We are now going to observe a relationship between the Legendre symbols $(p/q)$ and $(q/p)$ where p and q are odd primes. First, let's start looking at the relationship between the Legendre symbols of two odd primes with the following table showing the Legendre symbol $(p/q)$ from p = 19 to q = 17.

$(p/q)$ p = 5 p = 7 p = 11 p = 13 p = 17 p = 19
q = 3 - 1 1 -1 1 -1 1
q = 5 - -1 1 -1 -1 1
q = 7 - - 1 -1 -1 -1
q = 11 - - - -1 -1 -1
q = 13 - - - - 1 -1
q = 17 - - - - - 1

And now lets look at the next table showing the Legendre symbol $(q/p)$ from p = 19 to q = 17. The additional highlighted entries are different from $(p/q)$:

$(q/p)$ q = 5 q = 7 q = 11 q = 13 q = 17 q = 19
p = 3 - 1 -1 1 1 -1 -1
p = 5 - -1 1 -1 -1 1
p = 7 - - -1 -1 -1 1
p = 11 - - - -1 -1 1
p = 13 - - - - 1 -1
p = 17 - - - - - 1

From these tables, we deduce the following relationships from these Legendre symbols:

(7/3) = -(3/7) (11/3) = -(3/11) (11/7) = - (7/11) (19/3) = -(3/19) (19/7) = -(7/19) (19/11) = -(11/19) (5/3) = (3/3) - - - - - (7/5) = (5/7) - - - - (11/5) = (5/11) - - - (13/3) = (3/13) (13/5) = (5/13) (13/7) = (7/13) (13/11) = (11/13) - - (17/3) = (3/17) (17/5) = (5/17) (17/7) = (7/17) (17/11) = (11/17) (17/13) = (13/17) - (19/5) = (5/19) (19/13) = (13/19) (19/17) = (17/19)
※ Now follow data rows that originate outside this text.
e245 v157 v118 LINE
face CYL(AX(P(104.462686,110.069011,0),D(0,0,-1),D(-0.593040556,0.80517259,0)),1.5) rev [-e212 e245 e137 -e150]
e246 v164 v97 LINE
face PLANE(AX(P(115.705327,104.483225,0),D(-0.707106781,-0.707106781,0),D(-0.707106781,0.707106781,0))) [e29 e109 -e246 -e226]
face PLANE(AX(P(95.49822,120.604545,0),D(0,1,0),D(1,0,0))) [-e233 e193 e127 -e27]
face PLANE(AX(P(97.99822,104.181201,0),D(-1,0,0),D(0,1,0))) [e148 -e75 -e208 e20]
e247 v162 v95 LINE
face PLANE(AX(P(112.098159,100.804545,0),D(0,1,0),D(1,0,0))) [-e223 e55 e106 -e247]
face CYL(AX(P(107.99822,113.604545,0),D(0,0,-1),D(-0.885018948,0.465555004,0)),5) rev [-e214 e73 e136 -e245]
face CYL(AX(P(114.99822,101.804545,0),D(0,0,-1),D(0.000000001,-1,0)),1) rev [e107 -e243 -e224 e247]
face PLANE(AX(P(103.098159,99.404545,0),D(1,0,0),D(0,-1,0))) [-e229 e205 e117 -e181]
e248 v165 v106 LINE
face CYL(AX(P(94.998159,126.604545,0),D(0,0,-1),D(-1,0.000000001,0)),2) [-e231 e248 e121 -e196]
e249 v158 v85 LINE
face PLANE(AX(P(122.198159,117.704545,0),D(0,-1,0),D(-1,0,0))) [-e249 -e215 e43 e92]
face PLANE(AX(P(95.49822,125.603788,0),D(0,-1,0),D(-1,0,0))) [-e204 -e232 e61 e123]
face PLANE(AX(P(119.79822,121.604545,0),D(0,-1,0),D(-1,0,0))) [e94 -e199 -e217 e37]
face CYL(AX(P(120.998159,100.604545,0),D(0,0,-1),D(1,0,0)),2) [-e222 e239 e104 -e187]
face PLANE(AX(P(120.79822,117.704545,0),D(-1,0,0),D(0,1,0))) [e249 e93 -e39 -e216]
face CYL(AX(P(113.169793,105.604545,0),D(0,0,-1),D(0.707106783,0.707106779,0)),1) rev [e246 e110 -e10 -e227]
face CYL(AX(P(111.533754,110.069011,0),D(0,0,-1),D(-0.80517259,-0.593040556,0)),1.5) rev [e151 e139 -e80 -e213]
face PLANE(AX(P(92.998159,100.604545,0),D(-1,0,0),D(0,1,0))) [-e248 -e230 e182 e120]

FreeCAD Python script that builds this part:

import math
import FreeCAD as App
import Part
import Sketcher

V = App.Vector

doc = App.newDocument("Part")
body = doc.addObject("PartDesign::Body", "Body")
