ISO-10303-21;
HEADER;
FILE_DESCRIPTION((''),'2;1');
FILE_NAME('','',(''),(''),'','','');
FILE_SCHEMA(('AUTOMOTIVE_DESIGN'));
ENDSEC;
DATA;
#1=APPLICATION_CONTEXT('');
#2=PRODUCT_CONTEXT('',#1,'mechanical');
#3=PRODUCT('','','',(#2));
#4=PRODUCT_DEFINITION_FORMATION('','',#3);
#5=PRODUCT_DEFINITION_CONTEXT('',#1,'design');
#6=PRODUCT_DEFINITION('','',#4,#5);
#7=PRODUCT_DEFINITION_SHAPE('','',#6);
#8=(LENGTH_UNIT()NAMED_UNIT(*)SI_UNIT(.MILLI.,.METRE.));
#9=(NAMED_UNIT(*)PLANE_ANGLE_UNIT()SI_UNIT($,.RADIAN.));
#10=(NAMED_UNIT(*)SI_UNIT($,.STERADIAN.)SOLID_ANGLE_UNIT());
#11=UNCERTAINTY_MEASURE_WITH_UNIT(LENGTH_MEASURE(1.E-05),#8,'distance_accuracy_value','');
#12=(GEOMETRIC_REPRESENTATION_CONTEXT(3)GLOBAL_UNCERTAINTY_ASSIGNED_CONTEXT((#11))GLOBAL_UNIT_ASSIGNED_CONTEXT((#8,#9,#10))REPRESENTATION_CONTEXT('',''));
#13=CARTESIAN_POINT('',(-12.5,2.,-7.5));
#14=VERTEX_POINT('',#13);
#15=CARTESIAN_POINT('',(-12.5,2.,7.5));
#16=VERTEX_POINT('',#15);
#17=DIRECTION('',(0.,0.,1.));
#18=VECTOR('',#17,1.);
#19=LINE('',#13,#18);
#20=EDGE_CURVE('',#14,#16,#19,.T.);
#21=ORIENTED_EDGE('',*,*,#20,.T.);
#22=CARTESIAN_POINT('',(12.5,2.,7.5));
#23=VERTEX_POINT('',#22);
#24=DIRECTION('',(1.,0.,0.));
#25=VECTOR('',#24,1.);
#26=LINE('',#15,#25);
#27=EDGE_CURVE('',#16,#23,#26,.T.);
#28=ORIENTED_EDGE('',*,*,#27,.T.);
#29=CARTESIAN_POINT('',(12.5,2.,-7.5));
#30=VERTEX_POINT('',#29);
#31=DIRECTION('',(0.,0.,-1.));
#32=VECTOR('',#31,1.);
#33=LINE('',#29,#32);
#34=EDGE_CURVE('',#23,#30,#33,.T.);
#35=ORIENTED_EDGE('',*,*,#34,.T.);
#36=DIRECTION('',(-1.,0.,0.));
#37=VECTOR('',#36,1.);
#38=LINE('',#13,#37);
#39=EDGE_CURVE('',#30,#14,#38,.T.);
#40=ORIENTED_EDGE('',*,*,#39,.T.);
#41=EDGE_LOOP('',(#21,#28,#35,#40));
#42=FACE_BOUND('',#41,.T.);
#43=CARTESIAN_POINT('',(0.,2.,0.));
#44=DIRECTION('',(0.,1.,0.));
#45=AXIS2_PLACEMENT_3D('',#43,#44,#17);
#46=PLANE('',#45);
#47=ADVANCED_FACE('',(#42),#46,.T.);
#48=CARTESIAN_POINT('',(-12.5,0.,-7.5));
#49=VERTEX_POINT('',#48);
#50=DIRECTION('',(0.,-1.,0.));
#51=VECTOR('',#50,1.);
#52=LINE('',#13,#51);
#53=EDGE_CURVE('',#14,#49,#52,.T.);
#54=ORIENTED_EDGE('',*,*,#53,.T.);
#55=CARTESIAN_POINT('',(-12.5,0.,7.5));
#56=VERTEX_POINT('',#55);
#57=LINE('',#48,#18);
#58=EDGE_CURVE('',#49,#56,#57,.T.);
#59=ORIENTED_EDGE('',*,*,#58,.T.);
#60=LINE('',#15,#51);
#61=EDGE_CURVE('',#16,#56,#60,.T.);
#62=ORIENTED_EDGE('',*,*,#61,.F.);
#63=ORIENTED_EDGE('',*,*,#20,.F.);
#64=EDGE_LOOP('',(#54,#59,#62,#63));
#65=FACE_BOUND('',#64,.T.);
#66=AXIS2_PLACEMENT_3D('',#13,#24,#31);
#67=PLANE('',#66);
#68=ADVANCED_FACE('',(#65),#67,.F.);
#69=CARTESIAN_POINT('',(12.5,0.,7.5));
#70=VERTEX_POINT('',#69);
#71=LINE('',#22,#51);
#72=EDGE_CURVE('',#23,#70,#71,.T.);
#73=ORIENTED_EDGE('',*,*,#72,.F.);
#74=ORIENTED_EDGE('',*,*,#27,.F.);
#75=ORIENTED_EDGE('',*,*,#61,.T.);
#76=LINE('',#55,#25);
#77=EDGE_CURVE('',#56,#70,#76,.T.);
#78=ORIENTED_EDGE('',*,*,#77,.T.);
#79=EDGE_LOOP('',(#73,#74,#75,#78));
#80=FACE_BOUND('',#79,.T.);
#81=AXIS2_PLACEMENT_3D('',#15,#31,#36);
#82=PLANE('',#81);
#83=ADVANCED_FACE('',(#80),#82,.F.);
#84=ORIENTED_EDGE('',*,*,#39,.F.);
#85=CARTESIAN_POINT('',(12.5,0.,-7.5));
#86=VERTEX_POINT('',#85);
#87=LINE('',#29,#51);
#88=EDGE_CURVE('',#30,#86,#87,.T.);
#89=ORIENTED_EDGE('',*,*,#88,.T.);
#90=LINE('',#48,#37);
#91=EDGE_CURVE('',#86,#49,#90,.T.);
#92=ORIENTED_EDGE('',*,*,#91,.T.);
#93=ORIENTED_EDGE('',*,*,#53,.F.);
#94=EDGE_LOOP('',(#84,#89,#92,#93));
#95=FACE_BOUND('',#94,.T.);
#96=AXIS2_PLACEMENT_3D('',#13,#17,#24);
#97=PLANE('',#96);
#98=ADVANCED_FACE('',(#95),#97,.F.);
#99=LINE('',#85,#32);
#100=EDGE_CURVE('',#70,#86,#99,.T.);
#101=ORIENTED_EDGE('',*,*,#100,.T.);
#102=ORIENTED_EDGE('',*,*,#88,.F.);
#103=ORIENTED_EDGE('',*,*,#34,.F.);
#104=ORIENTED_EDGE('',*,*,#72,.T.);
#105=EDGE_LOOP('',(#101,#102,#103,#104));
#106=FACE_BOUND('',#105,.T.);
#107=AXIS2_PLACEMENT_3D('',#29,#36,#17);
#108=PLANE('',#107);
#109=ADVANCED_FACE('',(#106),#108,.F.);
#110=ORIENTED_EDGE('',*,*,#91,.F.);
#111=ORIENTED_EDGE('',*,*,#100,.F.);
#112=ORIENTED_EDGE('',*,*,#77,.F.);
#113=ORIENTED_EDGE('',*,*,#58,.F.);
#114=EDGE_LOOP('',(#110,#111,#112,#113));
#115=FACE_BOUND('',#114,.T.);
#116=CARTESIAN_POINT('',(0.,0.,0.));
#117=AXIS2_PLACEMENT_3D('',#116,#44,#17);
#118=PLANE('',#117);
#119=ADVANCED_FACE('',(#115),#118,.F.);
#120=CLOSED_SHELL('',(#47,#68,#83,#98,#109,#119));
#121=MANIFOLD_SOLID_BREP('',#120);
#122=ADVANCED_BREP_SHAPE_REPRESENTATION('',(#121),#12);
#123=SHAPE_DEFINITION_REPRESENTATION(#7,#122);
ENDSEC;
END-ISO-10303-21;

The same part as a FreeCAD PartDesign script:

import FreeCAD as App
import Part
import Sketcher


def add_polygon(sketch, points):
    """Adds a closed chain of lines whose ends are joined by coincident constraints."""
    first, n = sketch.GeometryCount, len(points)
    for a, b in zip(points, points[1:] + points[:1]):
        sketch.addGeometry(Part.LineSegment(App.Vector(*a, 0), App.Vector(*b, 0)), False)
    for i in range(n):
        sketch.addConstraint(Sketcher.Constraint("Coincident", first + i, 2, first + (i + 1) % n, 1))

doc = App.newDocument("Part")
body = doc.addObject("PartDesign::Body", "Body")

# Sketch on XZ plane
sketch1 = doc.addObject("Sketcher::SketchObject", "Sketch")
body.addObject(sketch1)
sketch1.AttachmentSupport = (doc.XZ_Plane, [""])
sketch1.MapMode = "FlatFace"
add_polygon(sketch1, [(-12, -8), (-12, 8), (12, 8), (12, -8)])  # lines 0-3
sketch1.addConstraint([
    Sketcher.Constraint("Vertical", 0),
    Sketcher.Constraint("Horizontal", 1),
    Sketcher.Constraint("Vertical", 2),
    Sketcher.Constraint("Horizontal", 3),
    Sketcher.Constraint("Symmetric", 0, 2, 2, 2, -1, 1),
    Sketcher.Constraint("DistanceX", 1, 1, 1, 2, 25.0),
    Sketcher.Constraint("DistanceY", 0, 1, 0, 2, 15.0),
])
pad1 = doc.addObject("PartDesign::Pad", "Pad")
body.addObject(pad1)
pad1.Profile = sketch1
pad1.Length = 2
pad1.Reversed = True

doc.recompute()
We can deduce $(p/q) = -(q/p)$ if $p \equiv q \equiv 3 \pmod 4$. If just one of p or q is congruence to 1 (mod 4), then we can deduce that $(p/q) = (q/p)$. We will summarize this in the Quadratic Reciprocity theorem.

 Theorem: If the primes p and q are odd and $p \equiv q \equiv 3 \pmod 4$, then the Legendre symbols $(p/q) = -(q/p)$, otherwise $(p/q) = (q/p)$.

## Proof of the Quadratic Reciprocity Theorem

We can restate the Quadratic Reciprocity theorem in the following way:

 Theorem: If the primes p and q are odd, then $(p/q)(q/p) = ( -1)^{\frac{(p-1)(q-1)}{4}}$, or more appropriately, $( -1)^{\frac{(p-1)(q-1)}{4}} = -1$ if and only if $p \equiv q \equiv 3 \pmod 4$, and $( -1)^{\frac{(p-1)(q-1)}{4}} = 1$ otherwise.

We will now prove this theorem using some of the other lemmas we have looked at thus far.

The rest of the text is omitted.